Comparison of DCE-MRI of murine model cancers with a low dose and high dose of contrast agent

Abstract

There are increasing concerns regarding intracellular accumulation of gadolinium (Gd) after multiple dynamic contrast enhanced (DCE) MRI scans. We investigated whether a low dose (LD) of Gd-based contrast agent is as effective as a high dose (HD) for quantitative analysis of DCE-MRI data, and evaluated the use of a split dose protocol to obtain new diagnostic parameters. Female C3H mice (n = 6) were injected with mammary carcinoma cells in the hind leg. MRI experiments were performed on 9.4 T scanner. DCE-MRI data were acquired with 1.5 s temporal resolution before and after a LD (0.04 mmol/kg), then again after 30 min followed by a HD (0.2 mmol/kg) bolus injection of Omniscan. The standard Tofts model was used to extract physiological parameters (K^trans and v_e) with the arterial input function derived from muscle reference tissue. In addition, an empirical mathematical model was used to characterize maximum contrast agent uptake (A), contrast agent uptake rate (α) and washout rate (β and γ). There were moderate to strong correlations (r = 0.69-0.97, p < 0001) for parameters K^trans, v_e, A, α and β from LD versus HD data. On average, tumor parameters obtained from LD data were significantly larger (p < 0.05) than those from HD data. The parameter ratios, K^trans, v_e, A and α calculated from the LD data divided by the HD data, were all significantly larger than 1.0 (p < 0.003) for tumor.
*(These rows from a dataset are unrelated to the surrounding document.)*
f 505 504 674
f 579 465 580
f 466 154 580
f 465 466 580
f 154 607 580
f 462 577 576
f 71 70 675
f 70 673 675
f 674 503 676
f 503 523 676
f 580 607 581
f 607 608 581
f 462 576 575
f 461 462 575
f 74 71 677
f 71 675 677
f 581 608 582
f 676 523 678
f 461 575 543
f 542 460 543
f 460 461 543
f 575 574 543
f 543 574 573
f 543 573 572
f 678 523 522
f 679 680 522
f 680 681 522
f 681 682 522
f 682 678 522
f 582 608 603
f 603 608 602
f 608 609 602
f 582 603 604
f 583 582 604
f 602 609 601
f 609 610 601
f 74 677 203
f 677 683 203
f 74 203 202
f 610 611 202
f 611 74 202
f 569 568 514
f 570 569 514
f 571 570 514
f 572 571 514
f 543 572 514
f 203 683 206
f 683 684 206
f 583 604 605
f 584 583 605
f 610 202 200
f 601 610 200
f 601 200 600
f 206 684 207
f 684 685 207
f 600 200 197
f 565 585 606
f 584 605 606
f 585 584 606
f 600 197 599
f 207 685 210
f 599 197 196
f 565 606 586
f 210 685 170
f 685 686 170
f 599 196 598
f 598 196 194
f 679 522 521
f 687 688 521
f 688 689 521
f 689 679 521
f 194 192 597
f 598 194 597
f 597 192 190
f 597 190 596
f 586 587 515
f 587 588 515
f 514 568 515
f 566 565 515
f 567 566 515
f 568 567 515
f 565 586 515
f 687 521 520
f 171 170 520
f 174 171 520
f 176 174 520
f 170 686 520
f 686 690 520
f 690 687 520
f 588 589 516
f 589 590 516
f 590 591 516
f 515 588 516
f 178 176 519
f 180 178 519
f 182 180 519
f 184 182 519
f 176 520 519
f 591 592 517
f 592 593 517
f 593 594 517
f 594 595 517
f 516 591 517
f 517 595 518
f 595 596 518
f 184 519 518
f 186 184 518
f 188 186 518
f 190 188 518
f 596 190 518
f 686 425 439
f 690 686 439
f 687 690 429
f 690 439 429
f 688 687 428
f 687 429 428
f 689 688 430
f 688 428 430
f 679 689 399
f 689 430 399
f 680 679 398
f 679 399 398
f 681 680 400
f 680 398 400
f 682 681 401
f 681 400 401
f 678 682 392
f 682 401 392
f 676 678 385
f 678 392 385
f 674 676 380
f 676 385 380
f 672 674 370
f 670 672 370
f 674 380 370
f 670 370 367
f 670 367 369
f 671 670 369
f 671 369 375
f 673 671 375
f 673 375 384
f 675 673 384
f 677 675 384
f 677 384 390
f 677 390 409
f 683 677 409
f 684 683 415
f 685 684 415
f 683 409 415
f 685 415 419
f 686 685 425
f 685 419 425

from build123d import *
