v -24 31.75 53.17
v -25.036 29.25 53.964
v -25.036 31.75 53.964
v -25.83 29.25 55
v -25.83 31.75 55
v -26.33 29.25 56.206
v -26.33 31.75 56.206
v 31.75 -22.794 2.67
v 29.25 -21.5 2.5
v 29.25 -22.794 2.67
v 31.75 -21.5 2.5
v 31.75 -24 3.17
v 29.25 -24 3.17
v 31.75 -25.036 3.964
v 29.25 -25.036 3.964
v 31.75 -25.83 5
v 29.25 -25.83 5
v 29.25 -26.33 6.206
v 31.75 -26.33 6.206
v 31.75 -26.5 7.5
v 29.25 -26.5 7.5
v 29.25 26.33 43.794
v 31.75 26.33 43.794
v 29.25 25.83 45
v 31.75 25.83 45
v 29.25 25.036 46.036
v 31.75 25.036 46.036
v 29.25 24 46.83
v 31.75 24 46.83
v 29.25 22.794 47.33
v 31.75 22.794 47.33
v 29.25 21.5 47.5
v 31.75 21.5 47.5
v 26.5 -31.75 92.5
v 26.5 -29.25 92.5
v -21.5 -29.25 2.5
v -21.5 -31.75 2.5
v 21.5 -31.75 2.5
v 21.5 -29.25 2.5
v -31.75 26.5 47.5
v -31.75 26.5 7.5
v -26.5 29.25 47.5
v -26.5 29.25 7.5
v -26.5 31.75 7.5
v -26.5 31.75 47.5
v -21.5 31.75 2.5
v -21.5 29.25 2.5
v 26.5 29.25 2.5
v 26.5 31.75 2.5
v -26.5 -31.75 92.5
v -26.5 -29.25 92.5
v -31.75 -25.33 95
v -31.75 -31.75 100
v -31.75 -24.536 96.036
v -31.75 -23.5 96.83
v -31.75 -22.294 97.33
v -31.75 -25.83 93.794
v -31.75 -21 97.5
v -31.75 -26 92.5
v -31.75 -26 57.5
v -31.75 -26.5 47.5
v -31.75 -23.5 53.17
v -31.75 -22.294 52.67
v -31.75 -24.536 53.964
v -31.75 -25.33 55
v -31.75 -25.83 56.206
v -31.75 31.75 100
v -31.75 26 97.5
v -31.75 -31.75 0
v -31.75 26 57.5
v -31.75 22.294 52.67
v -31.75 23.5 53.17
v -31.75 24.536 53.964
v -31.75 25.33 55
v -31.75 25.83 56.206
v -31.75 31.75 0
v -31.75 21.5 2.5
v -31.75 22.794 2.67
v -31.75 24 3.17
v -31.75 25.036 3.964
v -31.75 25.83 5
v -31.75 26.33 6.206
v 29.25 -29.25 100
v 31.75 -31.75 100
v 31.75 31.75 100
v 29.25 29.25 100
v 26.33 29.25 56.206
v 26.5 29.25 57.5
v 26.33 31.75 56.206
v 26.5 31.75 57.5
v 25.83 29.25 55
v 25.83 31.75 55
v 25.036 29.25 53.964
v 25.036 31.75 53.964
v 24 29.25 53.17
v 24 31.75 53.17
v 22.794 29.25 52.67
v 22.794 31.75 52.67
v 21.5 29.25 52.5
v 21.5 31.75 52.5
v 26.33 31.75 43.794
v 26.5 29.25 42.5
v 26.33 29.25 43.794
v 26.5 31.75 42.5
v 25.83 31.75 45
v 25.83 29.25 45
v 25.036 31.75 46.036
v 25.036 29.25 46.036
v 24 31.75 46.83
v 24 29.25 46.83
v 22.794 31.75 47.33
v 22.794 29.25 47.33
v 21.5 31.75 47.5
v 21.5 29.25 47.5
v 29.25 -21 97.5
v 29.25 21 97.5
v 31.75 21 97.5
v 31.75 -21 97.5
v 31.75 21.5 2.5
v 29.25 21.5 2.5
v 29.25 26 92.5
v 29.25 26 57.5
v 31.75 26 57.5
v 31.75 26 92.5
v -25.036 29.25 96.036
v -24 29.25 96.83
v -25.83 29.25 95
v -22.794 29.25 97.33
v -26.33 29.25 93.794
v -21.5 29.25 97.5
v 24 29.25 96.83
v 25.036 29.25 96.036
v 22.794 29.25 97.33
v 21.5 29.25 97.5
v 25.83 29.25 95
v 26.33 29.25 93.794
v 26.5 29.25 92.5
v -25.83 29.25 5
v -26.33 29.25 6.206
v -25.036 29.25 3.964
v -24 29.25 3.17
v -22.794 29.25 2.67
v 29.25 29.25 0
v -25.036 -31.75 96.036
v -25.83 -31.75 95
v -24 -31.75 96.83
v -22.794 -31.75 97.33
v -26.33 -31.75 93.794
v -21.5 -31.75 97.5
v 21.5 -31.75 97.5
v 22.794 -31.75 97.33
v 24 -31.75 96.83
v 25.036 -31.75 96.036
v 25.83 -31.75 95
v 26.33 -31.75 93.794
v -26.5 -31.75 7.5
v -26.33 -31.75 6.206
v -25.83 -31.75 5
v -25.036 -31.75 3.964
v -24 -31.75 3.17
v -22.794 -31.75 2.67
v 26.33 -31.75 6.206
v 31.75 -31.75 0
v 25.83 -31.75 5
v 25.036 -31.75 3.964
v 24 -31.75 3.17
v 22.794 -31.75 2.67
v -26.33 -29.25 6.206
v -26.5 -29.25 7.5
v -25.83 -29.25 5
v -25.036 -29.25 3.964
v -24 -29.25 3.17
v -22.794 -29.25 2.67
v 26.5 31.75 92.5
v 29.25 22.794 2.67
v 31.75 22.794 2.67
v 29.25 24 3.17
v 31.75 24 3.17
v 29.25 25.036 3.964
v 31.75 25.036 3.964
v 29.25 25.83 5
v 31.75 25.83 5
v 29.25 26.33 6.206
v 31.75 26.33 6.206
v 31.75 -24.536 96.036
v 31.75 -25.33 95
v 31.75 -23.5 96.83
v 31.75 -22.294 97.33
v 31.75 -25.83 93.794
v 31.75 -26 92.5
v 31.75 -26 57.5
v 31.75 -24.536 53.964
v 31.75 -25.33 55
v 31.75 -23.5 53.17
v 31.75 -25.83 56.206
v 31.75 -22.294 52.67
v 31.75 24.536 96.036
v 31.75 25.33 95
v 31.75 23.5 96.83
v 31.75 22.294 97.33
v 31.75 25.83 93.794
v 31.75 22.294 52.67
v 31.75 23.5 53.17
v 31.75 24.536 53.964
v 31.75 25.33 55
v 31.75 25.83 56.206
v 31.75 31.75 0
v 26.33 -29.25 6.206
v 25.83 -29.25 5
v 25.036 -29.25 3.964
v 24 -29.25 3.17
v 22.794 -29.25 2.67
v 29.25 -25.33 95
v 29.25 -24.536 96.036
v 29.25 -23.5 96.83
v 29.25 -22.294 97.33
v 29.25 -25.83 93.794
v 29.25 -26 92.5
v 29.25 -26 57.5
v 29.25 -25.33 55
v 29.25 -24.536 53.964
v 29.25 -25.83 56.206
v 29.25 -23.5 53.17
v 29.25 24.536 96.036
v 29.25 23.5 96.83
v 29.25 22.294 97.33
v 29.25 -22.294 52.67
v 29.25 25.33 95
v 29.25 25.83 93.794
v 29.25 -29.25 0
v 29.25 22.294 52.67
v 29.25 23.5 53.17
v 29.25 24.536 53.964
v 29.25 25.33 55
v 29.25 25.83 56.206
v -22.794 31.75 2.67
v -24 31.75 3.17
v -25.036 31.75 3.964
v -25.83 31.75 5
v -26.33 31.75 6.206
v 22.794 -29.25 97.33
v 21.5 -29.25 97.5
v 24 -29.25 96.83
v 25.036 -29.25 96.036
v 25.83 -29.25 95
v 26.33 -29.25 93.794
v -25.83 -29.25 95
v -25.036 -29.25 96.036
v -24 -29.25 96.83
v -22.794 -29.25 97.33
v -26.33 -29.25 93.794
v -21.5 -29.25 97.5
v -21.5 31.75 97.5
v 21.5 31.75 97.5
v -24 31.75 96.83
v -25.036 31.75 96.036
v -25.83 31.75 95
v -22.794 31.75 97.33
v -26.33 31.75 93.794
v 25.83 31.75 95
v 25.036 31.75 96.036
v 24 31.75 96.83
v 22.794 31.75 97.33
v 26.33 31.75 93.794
T₂* changes following contrast agent injection affected parameters calculated from HD data, but this was not the case for LD data. The results suggest that quantitative analysis of LD data may be at least as effective for cancer characterization as quantitative analysis of HD data. In addition, the combination of parameters from two different doses may provide useful diagnostic information.

Keywords: Dynamic contrast enhanced MRI; Empirical mathematical model; Gadolinium based contrast agent; Low dose DCE-MRI; Parametric maps; Pharmacokinetic model.